[Stored data entries]
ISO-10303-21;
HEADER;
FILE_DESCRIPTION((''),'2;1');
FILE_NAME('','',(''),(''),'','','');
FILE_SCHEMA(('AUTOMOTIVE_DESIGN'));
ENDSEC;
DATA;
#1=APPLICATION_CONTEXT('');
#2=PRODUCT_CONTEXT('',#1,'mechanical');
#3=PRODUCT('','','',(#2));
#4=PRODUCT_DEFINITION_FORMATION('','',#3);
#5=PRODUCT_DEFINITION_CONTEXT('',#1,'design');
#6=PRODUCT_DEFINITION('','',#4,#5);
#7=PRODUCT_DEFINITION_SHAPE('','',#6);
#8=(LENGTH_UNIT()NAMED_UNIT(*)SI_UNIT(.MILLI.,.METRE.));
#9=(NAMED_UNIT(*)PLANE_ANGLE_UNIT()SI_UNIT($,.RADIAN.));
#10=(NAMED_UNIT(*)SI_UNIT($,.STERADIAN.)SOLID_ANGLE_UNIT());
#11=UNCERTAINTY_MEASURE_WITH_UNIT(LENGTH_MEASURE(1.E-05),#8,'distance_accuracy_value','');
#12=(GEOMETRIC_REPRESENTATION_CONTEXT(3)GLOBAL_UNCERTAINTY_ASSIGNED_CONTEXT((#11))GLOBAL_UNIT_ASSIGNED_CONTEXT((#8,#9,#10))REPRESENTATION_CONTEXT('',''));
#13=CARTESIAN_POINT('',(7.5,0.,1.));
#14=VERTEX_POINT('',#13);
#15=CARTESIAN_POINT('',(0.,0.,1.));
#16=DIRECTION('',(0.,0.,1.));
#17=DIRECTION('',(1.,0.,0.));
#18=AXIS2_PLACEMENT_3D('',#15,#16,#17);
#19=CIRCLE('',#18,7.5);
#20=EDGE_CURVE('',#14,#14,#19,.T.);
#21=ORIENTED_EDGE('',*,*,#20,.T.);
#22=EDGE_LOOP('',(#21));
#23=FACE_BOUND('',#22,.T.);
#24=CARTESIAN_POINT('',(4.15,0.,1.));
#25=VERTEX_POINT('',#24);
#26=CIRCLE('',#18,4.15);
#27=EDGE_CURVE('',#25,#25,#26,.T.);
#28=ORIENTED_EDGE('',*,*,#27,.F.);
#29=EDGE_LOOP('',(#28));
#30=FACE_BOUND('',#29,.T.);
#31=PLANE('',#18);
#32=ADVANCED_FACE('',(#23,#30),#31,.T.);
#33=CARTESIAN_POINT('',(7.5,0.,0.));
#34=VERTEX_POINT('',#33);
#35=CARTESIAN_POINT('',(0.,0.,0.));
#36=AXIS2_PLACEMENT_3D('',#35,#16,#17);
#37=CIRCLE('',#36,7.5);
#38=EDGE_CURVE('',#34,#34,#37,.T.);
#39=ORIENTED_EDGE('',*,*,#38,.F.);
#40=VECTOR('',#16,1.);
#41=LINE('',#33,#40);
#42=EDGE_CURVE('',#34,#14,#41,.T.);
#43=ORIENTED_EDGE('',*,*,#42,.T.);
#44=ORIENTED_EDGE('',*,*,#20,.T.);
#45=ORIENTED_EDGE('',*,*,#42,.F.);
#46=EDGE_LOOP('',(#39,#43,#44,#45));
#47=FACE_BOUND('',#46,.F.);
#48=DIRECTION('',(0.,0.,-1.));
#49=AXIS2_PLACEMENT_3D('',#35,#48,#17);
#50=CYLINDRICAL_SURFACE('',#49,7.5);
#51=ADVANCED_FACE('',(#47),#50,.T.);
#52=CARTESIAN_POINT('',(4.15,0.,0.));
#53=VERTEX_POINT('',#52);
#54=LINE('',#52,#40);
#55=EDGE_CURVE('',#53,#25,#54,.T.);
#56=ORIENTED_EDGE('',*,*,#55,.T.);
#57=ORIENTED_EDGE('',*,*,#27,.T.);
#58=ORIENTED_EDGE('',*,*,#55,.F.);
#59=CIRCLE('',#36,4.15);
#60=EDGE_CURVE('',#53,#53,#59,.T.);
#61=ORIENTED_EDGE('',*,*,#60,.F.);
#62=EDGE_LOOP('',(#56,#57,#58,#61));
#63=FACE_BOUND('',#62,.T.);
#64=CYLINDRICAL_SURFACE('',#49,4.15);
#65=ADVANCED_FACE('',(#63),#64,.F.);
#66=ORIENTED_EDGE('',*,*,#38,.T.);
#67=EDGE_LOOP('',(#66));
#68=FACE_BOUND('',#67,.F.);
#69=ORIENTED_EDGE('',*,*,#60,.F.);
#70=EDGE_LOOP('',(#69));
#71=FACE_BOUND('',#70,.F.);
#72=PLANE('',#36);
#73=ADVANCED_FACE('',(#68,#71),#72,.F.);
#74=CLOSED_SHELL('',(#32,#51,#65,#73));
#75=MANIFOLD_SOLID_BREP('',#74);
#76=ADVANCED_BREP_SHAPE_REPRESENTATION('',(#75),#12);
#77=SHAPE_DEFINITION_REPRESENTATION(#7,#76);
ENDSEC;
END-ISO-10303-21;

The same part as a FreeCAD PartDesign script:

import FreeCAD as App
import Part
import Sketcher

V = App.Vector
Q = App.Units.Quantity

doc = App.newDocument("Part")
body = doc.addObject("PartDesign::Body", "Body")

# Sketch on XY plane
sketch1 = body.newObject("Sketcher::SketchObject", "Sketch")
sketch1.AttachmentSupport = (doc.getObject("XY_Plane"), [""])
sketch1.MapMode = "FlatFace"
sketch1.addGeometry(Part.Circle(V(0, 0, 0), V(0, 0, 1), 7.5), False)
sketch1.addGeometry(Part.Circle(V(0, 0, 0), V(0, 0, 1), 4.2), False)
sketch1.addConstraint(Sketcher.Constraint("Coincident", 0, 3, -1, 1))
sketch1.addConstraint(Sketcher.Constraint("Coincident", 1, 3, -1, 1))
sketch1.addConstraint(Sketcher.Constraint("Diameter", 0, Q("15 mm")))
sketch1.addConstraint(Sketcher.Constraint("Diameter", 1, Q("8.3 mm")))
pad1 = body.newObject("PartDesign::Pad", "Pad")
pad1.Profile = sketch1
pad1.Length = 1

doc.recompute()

* * *

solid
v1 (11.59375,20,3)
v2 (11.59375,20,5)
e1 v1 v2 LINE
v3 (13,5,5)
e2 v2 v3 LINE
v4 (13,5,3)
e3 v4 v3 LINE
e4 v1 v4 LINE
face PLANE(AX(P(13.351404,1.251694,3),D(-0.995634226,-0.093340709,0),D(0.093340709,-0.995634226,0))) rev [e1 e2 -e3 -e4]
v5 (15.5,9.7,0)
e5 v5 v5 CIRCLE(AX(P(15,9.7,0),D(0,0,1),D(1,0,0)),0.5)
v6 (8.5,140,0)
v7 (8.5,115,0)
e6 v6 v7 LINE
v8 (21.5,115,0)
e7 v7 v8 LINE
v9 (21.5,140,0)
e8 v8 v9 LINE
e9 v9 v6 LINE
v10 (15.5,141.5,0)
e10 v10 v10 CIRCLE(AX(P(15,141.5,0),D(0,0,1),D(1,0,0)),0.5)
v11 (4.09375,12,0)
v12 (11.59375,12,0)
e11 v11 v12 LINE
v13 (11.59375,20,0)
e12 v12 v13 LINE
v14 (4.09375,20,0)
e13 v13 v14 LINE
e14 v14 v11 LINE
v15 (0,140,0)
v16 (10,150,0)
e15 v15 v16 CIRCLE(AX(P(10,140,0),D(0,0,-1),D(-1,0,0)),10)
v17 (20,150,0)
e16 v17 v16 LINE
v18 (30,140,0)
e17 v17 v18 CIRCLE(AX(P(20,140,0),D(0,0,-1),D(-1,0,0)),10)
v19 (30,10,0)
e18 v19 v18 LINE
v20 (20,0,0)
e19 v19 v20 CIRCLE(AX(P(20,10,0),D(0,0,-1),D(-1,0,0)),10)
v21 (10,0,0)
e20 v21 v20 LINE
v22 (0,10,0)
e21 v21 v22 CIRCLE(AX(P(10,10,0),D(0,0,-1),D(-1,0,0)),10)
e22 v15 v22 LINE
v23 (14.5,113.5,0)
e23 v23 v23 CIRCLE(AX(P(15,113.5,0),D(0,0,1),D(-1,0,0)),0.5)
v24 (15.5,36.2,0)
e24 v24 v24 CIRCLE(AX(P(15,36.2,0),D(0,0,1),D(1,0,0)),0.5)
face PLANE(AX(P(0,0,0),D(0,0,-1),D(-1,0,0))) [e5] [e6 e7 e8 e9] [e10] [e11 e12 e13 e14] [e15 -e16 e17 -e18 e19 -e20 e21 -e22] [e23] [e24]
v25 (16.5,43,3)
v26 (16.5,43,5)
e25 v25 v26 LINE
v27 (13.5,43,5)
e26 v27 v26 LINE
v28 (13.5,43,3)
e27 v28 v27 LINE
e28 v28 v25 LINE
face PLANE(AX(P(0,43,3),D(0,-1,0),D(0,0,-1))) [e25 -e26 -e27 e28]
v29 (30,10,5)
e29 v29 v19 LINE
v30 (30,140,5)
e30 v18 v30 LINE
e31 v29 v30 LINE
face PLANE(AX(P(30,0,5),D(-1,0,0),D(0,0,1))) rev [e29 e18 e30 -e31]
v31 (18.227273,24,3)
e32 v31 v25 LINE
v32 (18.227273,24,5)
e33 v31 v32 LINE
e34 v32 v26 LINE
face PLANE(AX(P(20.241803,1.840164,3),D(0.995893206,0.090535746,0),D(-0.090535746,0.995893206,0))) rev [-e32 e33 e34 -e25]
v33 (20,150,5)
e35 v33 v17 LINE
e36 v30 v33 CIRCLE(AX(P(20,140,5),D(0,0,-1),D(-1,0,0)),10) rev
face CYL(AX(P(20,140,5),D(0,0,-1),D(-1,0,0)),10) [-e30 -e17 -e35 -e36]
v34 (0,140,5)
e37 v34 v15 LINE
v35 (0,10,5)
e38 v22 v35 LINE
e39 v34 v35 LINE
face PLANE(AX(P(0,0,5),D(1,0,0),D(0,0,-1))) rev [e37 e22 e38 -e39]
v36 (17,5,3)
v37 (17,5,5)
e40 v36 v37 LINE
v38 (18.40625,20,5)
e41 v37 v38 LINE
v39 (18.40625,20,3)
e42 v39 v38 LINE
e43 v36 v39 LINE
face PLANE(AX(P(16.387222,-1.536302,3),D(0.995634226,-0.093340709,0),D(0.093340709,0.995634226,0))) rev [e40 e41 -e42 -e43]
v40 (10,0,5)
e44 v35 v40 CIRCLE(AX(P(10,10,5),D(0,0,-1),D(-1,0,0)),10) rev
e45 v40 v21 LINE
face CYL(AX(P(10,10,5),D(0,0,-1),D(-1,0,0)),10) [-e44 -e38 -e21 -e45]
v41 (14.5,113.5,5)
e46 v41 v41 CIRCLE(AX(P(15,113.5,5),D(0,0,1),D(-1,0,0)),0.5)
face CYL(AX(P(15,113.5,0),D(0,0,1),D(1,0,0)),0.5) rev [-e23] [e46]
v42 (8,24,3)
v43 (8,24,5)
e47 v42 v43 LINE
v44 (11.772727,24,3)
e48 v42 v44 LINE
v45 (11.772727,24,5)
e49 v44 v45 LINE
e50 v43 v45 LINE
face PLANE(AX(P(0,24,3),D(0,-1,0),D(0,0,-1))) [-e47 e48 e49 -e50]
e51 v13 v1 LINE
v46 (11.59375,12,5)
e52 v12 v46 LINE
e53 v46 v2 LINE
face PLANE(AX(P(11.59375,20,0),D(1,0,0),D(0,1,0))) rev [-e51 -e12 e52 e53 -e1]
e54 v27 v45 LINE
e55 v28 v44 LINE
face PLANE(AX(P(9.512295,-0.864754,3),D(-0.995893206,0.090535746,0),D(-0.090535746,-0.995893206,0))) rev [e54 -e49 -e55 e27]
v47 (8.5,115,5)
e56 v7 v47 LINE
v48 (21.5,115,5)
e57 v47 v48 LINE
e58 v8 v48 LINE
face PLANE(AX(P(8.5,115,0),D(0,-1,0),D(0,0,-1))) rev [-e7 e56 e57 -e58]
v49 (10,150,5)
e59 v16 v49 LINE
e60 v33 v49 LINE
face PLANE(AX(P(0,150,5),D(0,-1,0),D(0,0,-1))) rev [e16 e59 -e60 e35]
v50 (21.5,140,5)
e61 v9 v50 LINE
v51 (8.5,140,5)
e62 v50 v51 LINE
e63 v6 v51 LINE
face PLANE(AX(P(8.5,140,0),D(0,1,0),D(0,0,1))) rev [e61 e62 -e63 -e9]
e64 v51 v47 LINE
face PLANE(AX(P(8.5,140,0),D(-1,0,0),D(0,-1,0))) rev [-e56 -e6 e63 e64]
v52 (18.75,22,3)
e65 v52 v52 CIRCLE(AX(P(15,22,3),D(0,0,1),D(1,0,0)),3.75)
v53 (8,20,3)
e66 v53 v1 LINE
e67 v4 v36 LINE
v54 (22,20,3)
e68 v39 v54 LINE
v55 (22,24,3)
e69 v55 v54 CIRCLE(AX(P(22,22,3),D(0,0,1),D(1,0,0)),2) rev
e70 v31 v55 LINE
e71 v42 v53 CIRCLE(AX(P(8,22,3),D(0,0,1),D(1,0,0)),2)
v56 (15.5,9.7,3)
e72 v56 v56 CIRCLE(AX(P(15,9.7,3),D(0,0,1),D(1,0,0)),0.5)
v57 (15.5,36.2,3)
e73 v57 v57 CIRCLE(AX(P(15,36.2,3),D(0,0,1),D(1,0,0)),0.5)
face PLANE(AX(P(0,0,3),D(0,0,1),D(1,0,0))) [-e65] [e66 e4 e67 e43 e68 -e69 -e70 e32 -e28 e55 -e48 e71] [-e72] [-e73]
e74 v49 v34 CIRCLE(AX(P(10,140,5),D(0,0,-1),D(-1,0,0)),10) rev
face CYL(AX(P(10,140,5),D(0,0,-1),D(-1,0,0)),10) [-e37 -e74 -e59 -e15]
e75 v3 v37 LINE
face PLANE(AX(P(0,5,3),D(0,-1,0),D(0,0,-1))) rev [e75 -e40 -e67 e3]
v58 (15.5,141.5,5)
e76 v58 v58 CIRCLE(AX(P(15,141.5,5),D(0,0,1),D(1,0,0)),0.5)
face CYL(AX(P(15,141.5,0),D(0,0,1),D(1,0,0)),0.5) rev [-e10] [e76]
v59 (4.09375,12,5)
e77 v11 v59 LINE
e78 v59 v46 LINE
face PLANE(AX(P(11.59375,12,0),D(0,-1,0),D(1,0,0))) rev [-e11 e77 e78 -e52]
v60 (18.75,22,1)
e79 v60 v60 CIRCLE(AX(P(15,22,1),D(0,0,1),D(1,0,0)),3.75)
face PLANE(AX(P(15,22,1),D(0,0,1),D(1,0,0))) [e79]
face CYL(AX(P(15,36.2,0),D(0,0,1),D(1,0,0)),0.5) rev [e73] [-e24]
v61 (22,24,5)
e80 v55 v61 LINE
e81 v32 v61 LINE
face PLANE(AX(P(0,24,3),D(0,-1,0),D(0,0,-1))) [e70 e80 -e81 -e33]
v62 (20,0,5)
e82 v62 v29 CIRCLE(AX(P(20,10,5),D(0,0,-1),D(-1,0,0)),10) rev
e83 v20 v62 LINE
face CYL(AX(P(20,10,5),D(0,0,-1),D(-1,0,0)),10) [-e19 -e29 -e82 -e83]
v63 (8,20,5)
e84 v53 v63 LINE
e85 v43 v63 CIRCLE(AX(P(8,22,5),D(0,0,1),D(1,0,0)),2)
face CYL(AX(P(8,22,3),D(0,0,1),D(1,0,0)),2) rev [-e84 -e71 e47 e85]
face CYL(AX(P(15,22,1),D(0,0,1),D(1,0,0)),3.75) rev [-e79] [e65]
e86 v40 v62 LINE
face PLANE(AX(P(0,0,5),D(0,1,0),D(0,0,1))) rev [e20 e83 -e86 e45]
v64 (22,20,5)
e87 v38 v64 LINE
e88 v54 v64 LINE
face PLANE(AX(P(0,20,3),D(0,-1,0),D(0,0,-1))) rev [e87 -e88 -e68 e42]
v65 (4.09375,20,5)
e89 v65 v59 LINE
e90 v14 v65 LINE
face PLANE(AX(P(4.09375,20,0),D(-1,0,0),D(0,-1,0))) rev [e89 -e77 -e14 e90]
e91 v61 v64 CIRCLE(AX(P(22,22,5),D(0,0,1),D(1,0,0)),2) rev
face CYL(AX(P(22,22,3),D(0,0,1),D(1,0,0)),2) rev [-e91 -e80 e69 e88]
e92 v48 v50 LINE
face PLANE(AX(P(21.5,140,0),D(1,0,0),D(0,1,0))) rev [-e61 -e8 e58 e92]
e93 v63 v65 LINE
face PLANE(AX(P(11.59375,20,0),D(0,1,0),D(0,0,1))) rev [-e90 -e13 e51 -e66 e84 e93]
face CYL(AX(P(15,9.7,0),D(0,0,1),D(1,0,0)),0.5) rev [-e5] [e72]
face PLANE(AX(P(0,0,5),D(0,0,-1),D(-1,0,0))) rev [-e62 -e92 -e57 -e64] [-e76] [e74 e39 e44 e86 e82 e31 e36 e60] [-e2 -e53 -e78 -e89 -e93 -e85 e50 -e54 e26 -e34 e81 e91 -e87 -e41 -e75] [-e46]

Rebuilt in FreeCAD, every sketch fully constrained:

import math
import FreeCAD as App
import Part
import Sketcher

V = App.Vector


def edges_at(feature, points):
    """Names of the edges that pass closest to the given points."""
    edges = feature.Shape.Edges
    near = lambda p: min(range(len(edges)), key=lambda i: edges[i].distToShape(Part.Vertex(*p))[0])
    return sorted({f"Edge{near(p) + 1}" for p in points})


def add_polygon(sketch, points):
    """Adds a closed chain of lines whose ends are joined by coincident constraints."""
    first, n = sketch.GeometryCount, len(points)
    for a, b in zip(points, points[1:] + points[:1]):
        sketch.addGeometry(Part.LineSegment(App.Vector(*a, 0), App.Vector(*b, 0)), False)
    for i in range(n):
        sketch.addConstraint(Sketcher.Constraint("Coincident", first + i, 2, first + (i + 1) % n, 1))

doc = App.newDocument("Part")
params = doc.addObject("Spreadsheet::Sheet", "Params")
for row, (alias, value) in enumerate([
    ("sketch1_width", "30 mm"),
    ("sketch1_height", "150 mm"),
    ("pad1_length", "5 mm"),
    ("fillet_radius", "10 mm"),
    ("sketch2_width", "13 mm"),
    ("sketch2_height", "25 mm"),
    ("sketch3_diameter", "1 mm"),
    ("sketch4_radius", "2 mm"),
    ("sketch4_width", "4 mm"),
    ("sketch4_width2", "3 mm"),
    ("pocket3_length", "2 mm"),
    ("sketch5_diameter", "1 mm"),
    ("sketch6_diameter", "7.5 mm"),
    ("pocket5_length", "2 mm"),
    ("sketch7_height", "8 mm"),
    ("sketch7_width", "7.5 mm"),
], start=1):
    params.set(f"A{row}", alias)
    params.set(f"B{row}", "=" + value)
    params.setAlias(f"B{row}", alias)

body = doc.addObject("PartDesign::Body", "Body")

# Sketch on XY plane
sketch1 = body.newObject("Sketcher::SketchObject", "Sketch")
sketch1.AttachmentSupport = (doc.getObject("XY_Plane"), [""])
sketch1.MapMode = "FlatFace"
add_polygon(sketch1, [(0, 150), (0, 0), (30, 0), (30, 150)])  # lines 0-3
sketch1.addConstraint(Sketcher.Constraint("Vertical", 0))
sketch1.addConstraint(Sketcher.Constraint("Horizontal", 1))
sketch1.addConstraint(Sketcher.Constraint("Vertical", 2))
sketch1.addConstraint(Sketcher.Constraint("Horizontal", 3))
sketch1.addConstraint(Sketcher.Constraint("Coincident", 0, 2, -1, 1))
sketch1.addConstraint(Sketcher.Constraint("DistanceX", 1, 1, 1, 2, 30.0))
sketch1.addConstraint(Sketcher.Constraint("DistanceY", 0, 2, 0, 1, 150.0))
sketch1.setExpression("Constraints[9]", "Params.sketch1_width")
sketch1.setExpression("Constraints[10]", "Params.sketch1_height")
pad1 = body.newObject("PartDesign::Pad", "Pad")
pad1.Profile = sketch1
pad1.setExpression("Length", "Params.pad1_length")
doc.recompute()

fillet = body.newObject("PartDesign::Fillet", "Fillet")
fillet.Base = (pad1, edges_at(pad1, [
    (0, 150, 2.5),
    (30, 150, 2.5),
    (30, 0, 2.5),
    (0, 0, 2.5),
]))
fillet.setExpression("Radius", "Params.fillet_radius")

What is needed.
Output the lines of the records above exactly as they appear, from the line containing "e61 v9 v50 LINE" through the line containing "v60 (18.75,22,1)".

Task solution.
e61 v9 v50 LINE
v51 (8.5,140,5)
e62 v50 v51 LINE
e63 v6 v51 LINE
face PLANE(AX(P(8.5,140,0),D(0,1,0),D(0,0,1))) rev [e61 e62 -e63 -e9]
e64 v51 v47 LINE
face PLANE(AX(P(8.5,140,0),D(-1,0,0),D(0,-1,0))) rev [-e56 -e6 e63 e64]
v52 (18.75,22,3)
e65 v52 v52 CIRCLE(AX(P(15,22,3),D(0,0,1),D(1,0,0)),3.75)
v53 (8,20,3)
e66 v53 v1 LINE
e67 v4 v36 LINE
v54 (22,20,3)
e68 v39 v54 LINE
v55 (22,24,3)
e69 v55 v54 CIRCLE(AX(P(22,22,3),D(0,0,1),D(1,0,0)),2) rev
e70 v31 v55 LINE
e71 v42 v53 CIRCLE(AX(P(8,22,3),D(0,0,1),D(1,0,0)),2)
v56 (15.5,9.7,3)
e72 v56 v56 CIRCLE(AX(P(15,9.7,3),D(0,0,1),D(1,0,0)),0.5)
v57 (15.5,36.2,3)
e73 v57 v57 CIRCLE(AX(P(15,36.2,3),D(0,0,1),D(1,0,0)),0.5)
face PLANE(AX(P(0,0,3),D(0,0,1),D(1,0,0))) [-e65] [e66 e4 e67 e43 e68 -e69 -e70 e32 -e28 e55 -e48 e71] [-e72] [-e73]
e74 v49 v34 CIRCLE(AX(P(10,140,5),D(0,0,-1),D(-1,0,0)),10) rev
face CYL(AX(P(10,140,5),D(0,0,-1),D(-1,0,0)),10) [-e37 -e74 -e59 -e15]
e75 v3 v37 LINE
face PLANE(AX(P(0,5,3),D(0,-1,0),D(0,0,-1))) rev [e75 -e40 -e67 e3]
v58 (15.5,141.5,5)
e76 v58 v58 CIRCLE(AX(P(15,141.5,5),D(0,0,1),D(1,0,0)),0.5)
face CYL(AX(P(15,141.5,0),D(0,0,1),D(1,0,0)),0.5) rev [-e10] [e76]
v59 (4.09375,12,5)
e77 v11 v59 LINE
e78 v59 v46 LINE
face PLANE(AX(P(11.59375,12,0),D(0,-1,0),D(1,0,0))) rev [-e11 e77 e78 -e52]
v60 (18.75,22,1)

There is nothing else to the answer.